#### PROBLEM
Each line from the start of the data below through the one containing "v 6.35 52.689 3.533" must be reproduced exactly.

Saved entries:

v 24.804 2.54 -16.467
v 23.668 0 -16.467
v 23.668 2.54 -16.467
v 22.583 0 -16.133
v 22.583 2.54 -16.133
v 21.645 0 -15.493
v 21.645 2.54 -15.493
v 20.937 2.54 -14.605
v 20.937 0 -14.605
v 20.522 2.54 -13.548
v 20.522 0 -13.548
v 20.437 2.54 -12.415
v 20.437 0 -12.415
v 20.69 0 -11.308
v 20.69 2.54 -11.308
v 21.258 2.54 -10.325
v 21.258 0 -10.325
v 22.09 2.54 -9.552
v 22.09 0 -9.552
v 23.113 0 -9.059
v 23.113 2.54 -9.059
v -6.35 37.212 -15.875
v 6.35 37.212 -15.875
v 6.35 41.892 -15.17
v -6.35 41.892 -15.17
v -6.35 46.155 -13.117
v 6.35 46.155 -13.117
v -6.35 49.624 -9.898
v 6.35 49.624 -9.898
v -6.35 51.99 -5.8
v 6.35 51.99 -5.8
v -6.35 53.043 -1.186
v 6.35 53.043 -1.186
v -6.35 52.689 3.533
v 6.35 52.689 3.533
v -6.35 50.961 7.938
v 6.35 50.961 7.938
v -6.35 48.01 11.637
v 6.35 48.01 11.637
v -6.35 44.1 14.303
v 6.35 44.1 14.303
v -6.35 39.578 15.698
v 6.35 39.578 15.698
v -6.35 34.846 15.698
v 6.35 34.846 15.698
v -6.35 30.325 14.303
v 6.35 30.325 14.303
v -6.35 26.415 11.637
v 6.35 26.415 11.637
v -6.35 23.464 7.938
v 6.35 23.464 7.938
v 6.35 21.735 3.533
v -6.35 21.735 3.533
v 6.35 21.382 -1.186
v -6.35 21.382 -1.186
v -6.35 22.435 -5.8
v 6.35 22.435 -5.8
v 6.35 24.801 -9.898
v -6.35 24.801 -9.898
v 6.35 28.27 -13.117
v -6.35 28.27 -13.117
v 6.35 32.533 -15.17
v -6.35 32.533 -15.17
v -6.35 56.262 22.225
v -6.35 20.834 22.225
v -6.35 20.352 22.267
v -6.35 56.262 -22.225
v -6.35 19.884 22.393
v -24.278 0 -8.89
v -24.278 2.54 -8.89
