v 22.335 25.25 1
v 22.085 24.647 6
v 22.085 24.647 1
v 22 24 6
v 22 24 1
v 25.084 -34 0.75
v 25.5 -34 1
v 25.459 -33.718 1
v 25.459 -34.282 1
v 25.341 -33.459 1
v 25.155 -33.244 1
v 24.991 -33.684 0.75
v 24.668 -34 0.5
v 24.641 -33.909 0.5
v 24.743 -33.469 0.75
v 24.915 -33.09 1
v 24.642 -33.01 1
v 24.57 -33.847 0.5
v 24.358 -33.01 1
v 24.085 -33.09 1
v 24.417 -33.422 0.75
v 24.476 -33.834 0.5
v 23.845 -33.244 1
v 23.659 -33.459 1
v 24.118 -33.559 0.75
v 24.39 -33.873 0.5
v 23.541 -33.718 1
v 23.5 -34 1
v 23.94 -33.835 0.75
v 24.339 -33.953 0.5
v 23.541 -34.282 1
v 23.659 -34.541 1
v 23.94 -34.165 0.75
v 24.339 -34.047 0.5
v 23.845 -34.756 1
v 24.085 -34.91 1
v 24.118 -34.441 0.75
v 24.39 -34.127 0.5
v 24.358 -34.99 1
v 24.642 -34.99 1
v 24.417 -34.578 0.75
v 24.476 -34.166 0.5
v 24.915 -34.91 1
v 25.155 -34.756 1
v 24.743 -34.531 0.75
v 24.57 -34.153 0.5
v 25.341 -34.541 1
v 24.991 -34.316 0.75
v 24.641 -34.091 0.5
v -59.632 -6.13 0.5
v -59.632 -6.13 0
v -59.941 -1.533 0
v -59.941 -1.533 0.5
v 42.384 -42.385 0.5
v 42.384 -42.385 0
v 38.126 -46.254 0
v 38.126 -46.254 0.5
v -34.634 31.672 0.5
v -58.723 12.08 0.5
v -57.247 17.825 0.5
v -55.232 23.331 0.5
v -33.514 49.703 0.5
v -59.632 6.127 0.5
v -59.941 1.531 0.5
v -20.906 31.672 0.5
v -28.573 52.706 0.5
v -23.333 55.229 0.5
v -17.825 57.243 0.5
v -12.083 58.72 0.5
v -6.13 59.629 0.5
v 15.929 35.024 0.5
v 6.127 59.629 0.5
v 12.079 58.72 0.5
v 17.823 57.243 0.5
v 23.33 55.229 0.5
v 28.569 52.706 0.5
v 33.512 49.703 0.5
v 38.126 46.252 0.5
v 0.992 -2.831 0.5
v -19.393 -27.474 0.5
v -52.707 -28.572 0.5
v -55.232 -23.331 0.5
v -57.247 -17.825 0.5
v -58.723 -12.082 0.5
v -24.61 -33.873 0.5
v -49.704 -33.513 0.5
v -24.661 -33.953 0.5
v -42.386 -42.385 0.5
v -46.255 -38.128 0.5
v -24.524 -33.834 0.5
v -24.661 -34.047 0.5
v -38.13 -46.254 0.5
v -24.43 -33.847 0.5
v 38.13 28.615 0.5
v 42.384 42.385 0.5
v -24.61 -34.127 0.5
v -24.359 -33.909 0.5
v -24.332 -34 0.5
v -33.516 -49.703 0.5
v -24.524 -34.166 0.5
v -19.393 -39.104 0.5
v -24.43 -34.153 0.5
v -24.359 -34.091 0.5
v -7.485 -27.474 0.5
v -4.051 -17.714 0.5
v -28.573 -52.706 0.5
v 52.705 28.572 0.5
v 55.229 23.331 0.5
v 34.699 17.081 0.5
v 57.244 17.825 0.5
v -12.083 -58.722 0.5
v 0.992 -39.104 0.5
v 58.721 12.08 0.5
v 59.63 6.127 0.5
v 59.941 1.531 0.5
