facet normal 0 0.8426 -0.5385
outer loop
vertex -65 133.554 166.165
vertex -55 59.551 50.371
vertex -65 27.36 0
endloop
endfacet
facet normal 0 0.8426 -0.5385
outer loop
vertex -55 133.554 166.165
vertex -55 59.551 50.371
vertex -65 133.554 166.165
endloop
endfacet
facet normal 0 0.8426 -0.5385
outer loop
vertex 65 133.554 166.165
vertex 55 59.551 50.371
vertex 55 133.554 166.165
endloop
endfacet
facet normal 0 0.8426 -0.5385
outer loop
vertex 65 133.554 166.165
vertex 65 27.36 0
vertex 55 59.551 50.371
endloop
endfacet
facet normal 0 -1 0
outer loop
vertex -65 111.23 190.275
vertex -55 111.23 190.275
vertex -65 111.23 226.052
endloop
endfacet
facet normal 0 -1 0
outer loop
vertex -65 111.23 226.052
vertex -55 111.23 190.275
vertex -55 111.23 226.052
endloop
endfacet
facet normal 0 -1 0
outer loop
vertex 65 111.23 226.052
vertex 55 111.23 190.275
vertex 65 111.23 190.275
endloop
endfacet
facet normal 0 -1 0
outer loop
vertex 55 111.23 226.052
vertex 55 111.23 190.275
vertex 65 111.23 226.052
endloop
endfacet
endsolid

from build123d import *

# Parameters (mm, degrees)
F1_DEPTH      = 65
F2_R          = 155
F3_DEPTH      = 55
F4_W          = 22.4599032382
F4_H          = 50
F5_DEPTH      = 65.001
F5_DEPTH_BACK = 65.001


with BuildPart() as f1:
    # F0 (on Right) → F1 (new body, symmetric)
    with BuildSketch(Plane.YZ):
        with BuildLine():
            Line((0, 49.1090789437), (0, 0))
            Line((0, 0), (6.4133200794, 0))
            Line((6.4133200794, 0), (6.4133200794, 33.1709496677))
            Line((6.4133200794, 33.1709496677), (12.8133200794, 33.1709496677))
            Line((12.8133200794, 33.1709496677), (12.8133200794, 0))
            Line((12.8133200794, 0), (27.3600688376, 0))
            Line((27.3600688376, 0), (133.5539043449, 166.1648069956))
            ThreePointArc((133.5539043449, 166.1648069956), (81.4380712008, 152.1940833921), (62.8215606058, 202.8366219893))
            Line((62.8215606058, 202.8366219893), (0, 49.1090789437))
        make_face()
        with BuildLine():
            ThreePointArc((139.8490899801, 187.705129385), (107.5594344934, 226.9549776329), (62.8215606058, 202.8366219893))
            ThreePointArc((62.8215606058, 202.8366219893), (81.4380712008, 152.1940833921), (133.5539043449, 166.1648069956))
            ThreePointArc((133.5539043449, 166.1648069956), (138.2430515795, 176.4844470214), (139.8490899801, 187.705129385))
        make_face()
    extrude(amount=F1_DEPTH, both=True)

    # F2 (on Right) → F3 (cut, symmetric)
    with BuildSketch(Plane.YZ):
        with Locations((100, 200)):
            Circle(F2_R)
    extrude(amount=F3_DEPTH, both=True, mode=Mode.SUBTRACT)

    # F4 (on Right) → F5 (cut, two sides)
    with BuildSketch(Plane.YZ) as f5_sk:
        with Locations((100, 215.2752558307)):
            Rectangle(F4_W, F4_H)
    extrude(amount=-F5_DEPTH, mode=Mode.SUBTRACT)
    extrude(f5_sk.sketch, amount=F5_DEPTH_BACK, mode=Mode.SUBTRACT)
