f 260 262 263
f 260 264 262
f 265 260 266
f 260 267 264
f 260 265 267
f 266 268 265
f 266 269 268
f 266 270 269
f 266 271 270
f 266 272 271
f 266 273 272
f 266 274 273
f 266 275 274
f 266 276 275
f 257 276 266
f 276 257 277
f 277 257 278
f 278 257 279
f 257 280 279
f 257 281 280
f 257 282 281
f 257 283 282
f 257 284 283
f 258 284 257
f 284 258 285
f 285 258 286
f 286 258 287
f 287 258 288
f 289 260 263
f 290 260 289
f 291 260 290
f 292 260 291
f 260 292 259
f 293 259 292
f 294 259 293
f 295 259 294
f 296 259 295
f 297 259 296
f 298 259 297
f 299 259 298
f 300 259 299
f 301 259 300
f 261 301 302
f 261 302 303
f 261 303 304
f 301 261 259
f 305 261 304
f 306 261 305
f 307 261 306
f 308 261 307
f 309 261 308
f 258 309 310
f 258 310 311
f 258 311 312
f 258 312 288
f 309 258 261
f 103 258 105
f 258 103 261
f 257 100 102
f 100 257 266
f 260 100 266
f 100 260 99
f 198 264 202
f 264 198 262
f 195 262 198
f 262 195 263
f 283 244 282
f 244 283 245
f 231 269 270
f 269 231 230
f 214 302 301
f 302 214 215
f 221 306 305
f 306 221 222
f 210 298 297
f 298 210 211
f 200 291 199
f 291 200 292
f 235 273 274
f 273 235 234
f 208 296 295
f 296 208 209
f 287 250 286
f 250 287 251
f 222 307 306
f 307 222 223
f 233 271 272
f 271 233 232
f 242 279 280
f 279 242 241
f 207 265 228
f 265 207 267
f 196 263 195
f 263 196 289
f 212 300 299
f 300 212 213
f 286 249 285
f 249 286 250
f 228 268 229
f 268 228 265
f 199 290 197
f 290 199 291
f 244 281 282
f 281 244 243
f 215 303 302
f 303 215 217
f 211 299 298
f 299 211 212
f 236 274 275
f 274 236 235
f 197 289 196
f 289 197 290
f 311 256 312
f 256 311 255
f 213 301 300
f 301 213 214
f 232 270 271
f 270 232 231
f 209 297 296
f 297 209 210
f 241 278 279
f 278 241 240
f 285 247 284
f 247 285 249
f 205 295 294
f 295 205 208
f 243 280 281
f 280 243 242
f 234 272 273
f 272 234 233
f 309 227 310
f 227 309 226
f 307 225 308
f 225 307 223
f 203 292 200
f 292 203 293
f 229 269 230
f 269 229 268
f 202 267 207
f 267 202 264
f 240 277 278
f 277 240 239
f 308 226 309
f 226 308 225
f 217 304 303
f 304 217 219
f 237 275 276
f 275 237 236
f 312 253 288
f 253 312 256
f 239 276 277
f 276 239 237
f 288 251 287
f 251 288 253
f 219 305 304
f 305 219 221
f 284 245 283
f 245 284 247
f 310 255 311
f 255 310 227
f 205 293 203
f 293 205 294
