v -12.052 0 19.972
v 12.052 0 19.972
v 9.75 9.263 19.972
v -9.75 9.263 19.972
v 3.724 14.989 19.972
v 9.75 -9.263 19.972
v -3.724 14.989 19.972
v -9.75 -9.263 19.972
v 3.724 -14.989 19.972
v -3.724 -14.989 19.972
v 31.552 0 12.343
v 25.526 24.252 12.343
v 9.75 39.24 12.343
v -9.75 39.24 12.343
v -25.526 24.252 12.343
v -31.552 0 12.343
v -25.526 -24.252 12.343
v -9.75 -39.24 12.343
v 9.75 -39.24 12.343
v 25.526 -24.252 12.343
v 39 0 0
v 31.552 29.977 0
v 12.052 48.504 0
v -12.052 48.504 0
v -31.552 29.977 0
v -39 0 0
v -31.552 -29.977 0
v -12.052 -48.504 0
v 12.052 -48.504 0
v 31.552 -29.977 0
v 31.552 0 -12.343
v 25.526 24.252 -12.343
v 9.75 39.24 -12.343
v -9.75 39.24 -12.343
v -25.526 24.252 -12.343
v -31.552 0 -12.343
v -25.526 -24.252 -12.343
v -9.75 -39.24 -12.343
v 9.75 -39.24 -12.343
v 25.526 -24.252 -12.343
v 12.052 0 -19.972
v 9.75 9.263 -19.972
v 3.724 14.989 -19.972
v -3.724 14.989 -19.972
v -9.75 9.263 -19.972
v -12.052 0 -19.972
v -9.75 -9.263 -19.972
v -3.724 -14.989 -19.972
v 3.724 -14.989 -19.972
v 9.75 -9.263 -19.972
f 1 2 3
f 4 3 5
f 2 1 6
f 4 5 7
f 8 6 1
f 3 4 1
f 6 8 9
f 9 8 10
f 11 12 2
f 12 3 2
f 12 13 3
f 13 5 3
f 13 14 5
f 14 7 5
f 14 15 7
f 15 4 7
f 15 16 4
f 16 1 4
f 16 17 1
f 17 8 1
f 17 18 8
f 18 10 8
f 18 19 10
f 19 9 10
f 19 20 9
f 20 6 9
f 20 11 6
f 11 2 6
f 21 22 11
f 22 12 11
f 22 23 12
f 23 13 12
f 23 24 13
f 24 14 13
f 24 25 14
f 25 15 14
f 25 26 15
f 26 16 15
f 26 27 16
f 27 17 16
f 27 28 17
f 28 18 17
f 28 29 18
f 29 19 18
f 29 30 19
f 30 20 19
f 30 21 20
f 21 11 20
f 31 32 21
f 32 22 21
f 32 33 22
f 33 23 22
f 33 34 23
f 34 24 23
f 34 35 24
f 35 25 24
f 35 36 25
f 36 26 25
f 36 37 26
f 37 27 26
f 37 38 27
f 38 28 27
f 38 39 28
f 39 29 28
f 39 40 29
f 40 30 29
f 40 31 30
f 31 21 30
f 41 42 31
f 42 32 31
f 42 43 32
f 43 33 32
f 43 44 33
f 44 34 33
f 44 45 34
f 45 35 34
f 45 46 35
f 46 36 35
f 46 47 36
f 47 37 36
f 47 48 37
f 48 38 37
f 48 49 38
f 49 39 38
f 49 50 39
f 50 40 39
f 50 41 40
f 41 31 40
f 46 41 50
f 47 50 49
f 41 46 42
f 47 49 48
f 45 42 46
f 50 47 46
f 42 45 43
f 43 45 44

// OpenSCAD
// Generated by SolidPython 1.0.1 on 2020-07-29 00:46:51


scale(v = [13, 17, 7]) {
	sphere(r = 3);
}
/***********************************************
*********      SolidPython code:      **********
************************************************
 
# import packages: SolidPython
from solid import *
from solid.utils import *
from itertools import chain, combinations, permutations


class Resize:

    def __init__(self, scad_file):
        self.scad_file = scad_file
        #self.scad_file = import_scad(scad_file)
        # cone/cylinder param:
        self.r1 = 0
        self.r2 = 0
        self.h = 0
        # rectangular prism param:
        self.w = 0
        self.l = 0
        # ellipse param:
        self.r = 0

    # import OpenScad code (file name corresponds to shape)


    # classify shape + parameters
    def assign(self, param1, param2, param3):
        if self.scad_file == 'cone.scad':
            self.r1 = param1
            self.r2 = param2
            self.h = param3
        elif self.scad_file == 'cylinder.scad':
            self.r1 = param1
            self.r2 = param2
            self.h = param3
        elif self.scad_file == 'rectangularPrism.scad':
            self.h = param1
            self.l = param2
            self.w = param3
        else:
            self.r = param1
            self.h = param2

    # resize parameters
    def iterate(self):
        x = range(3, 20, 2)
        i = 1
        if self.scad_file == 'cone.scad':
            tempList = list(permutations(x, 2))
            for temp in tempList:
                param1 = temp[0]
                param2 = temp[1]
                filepath = 'produced_scad_files/' + 'cone' + str(param1) + '_' + str(param2) + '_' + '.scad'
                scad_render_to_file(cylinder(h=param1, r1=param2, r2=0), filepath)

        elif self.scad_file == 'cylinder.scad':
            tempList = list(permutations(x, 3))
            for temp in tempList:
                param1 = temp[0]
                param2 = temp[1]
                filepath = 'produced_scad_files/' + 'cylinder' + str(param1) + '_' + str(param2) + '_' + '.scad'
                scad_render_to_file(cylinder(h=param1, r1=param2, r2=param2), filepath)

        elif self.scad_file == 'rectangularPrism.scad':
            tempList = list(permutations(x, 3))
            for temp in tempList:
                param1 = temp[0]
                param2 = temp[1]
                param3 = temp[2]
                filepath = 'produced_scad_files/' + 'rectangularPrism' + str(param1) + '_' + str(param2) + '_' + str(
                    param3) + '.scad'
                scad_render_to_file(cube(size=(param1, param2, param3)), filepath)

        elif self.scad_file == 'ellipse.scad':
            tempList = list(permutations(x, 4))
            for temp in tempList:
                param1 = temp[0]
                param2 = temp[1]
                param3 = temp[2]
                param4 = temp[3]
                filepath = 'produced_scad_files/' + 'ellipse' + str(param1) + '_' + str(param2) + '_' + str(param3) + '_' + str(param4) + '.scad'
                scad_render_to_file(scale([param1, param2, param3])(sphere(r=param4)), filepath)

    def render_to_scadfile(self):
        scad_render_to_file(scad, 'example.scad') 
 
************************************************/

#### PROBLEM SOLUTION
v 24.804 2.54 -16.467
v 23.668 0 -16.467
v 23.668 2.54 -16.467
v 22.583 0 -16.133
v 22.583 2.54 -16.133
v 21.645 0 -15.493
v 21.645 2.54 -15.493
v 20.937 2.54 -14.605
v 20.937 0 -14.605
v 20.522 2.54 -13.548
v 20.522 0 -13.548
v 20.437 2.54 -12.415
v 20.437 0 -12.415
v 20.69 0 -11.308
v 20.69 2.54 -11.308
v 21.258 2.54 -10.325
v 21.258 0 -10.325
v 22.09 2.54 -9.552
v 22.09 0 -9.552
v 23.113 0 -9.059
v 23.113 2.54 -9.059
v -6.35 37.212 -15.875
v 6.35 37.212 -15.875
v 6.35 41.892 -15.17
v -6.35 41.892 -15.17
v -6.35 46.155 -13.117
v 6.35 46.155 -13.117
v -6.35 49.624 -9.898
v 6.35 49.624 -9.898
v -6.35 51.99 -5.8
v 6.35 51.99 -5.8
v -6.35 53.043 -1.186
v 6.35 53.043 -1.186
v -6.35 52.689 3.533
v 6.35 52.689 3.533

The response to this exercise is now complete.